We load in a dataset about basketball players with their heights, weights, the field goal percentage, free throws percentage, and the average points scored per game.
X1 = height in feet
X2 = weight in pounds
X3 = percent of successful field goals (out of 100 attempted)
X4 = percent of successful free throws (out of 100 attempted)
X5 = average points scored per game
#load our dataset
basketball = read.csv('basketball.csv')
#Rename the columns
names(basketball)[names(basketball) == "X1"] <- "Height"
names(basketball)[names(basketball) == "X2"] <- "Pounds"
names(basketball)[names(basketball) == "X3"] <- "Percent_of_Field_Goals"
names(basketball)[names(basketball) == "X4"] <- "Percent_of_Free_Thows"
names(basketball)[names(basketball) == "X5"] <- "Avg_Pts_per_Game"
head(basketball)
## Height Pounds Percent_of_Field_Goals Percent_of_Free_Thows Avg_Pts_per_Game
## 1 6.8 225 0.442 0.672 9.2
## 2 6.3 180 0.435 0.797 11.7
## 3 6.4 190 0.456 0.761 15.8
## 4 6.2 180 0.416 0.651 8.6
## 5 6.9 205 0.449 0.900 23.2
## 6 6.4 225 0.431 0.780 27.4
pairs(basketball, gap=0.5)
basketball_lm = lm(Avg_Pts_per_Game ~ Height + Pounds + Percent_of_Field_Goals + Percent_of_Free_Thows, data = basketball)
summary(basketball_lm)
##
## Call:
## lm(formula = Avg_Pts_per_Game ~ Height + Pounds + Percent_of_Field_Goals +
## Percent_of_Free_Thows, data = basketball)
##
## Residuals:
## Min 1Q Median 3Q Max
## -8.966 -3.545 -1.187 2.613 15.211
##
## Coefficients:
## Estimate Std.
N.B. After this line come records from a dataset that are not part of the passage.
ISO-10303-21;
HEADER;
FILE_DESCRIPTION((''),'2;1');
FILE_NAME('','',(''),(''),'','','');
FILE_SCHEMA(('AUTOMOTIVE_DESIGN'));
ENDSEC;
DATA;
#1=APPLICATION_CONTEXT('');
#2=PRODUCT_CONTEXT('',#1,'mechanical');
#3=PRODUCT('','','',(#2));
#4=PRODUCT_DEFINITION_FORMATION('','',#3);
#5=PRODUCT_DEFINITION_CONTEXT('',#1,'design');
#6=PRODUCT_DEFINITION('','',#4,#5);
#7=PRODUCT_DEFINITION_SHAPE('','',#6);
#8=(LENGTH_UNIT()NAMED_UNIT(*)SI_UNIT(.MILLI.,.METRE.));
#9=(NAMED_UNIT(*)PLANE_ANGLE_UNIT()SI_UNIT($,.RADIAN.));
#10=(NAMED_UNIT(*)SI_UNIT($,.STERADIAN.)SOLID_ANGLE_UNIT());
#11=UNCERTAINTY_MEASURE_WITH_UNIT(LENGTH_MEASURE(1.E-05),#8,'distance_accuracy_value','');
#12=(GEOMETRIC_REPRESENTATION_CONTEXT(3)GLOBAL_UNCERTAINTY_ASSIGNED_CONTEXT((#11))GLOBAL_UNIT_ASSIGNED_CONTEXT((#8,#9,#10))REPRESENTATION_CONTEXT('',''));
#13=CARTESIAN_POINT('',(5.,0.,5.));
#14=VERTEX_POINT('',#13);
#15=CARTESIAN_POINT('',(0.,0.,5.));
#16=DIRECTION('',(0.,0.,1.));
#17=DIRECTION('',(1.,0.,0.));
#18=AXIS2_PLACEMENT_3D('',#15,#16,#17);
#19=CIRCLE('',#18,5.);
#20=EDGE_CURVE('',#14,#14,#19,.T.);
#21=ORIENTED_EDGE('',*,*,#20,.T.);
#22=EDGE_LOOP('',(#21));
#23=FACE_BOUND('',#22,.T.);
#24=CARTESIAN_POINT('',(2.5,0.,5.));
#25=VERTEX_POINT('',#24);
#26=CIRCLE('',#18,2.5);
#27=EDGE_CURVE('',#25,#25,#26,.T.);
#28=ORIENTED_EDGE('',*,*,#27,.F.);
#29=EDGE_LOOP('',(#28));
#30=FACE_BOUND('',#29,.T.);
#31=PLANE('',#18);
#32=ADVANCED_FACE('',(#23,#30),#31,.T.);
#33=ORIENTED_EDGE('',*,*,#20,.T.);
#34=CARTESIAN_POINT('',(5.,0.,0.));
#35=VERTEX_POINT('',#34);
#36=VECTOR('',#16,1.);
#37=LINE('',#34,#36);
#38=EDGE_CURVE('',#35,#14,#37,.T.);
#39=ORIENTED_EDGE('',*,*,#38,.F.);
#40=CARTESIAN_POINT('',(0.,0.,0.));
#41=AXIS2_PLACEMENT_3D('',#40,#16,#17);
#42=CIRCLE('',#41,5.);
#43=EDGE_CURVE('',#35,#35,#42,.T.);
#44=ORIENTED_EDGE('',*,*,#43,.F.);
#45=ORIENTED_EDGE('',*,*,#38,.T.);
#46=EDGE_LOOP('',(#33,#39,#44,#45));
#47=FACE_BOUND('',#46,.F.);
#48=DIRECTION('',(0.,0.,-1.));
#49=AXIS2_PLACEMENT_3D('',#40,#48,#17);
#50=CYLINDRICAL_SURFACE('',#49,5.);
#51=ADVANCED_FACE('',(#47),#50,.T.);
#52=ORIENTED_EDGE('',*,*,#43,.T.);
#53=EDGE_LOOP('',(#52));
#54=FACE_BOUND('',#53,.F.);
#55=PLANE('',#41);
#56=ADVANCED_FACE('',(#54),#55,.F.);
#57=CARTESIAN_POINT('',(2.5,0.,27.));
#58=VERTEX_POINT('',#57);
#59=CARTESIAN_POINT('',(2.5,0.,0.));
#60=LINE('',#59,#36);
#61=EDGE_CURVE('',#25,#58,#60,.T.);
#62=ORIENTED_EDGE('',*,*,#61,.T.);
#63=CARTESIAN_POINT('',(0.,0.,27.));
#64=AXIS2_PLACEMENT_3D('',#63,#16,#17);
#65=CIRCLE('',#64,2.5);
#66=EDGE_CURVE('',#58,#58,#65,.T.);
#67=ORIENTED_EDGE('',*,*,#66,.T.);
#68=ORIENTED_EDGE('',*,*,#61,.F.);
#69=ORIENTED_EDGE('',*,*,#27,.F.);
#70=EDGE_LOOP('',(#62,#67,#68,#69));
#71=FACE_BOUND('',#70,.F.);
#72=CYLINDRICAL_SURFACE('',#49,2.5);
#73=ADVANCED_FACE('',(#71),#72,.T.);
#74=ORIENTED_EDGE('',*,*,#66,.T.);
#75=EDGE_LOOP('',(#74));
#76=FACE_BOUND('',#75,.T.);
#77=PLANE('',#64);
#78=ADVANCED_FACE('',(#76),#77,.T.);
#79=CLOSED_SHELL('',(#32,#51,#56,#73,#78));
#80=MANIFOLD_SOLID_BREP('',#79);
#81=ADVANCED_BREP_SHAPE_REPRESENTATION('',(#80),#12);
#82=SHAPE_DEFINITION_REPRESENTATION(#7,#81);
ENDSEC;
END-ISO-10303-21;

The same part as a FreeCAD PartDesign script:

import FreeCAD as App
import Part
import Sketcher
from FreeCAD import Vector
Q = App.Units.Quantity

doc = App.newDocument("Part")
body = doc.addObject("PartDesign::Body", "Body")

# Sketch on XY plane
sketch1 = doc.addObject("Sketcher::SketchObject", "Sketch")
body.addObject(sketch1)
sketch1.AttachmentSupport = (doc.XY_Plane, [""])
sketch1.MapMode = "FlatFace"
sketch1.addGeometry(Part.Circle(Vector(0, 0, 0), Vector(0, 0, 1), 2.5), False)
sketch1.addConstraint(Sketcher.Constraint("Coincident", 0, 3, -1, 1))
sketch1.addConstraint(Sketcher.Constraint("Diameter", 0, Q("5 mm")))
pad1 = doc.addObject("PartDesign::Pad", "Pad")
body.addObject(pad1)
pad1.Profile = sketch1
pad1.Length = 27

# Sketch on XY plane
sketch2 = doc.addObject("Sketcher::SketchObject", "Sketch001")
body.addObject(sketch2)
sketch2.AttachmentSupport = (doc.XY_Plane, [""])
sketch2.MapMode = "FlatFace"
sketch2.addGeometry(Part.Circle(Vector(0, 0, 0), Vector(0, 0, 1), 5), False)
sketch2.addGeometry(Part.Circle(Vector(0, 0, 0), Vector(0, 0, 1), 2.5), False)
sketch2.addConstraint(Sketcher.Constraint("Coincident", 0, 3, -1, 1))
sketch2.addConstraint(Sketcher.Constraint("Coincident", 1, 3, -1, 1))
sketch2.addConstraint(Sketcher.Constraint("Diameter", 0, Q("10 mm")))
sketch2.addConstraint(Sketcher.Constraint("Diameter", 1, Q("5 mm")))
pad2 = doc.addObject("PartDesign::Pad", "Pad001")
body.addObject(pad2)
pad2.Profile = sketch2
pad2.Length = 5

doc.recompute()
Error t value Pr(>|t|)
## (Intercept) 4.148707 14.855006 0.279 0.78121
## Height -3.690499 2.970780 -1.242 0.22005
## Pounds 0.009458 0.046297 0.204 0.83897
## Percent_of_Field_Goals 47.940199 15.709131 3.052 0.00367 **
## Percent_of_Free_Thows 11.371019 7.868536 1.445 0.15479
## ---
## Signif. codes: 0 '***' 0.001 '**' 0.01 '*' 0.05 '.' 0.1 ' ' 1
##
## Residual standard error: 5.411 on 49 degrees of freedom
## Multiple R-squared: 0.2223, Adjusted R-squared: 0.1588
## F-statistic: 3.501 on 4 and 49 DF, p-value: 0.01364
Remove pounds because it has the highest p-value.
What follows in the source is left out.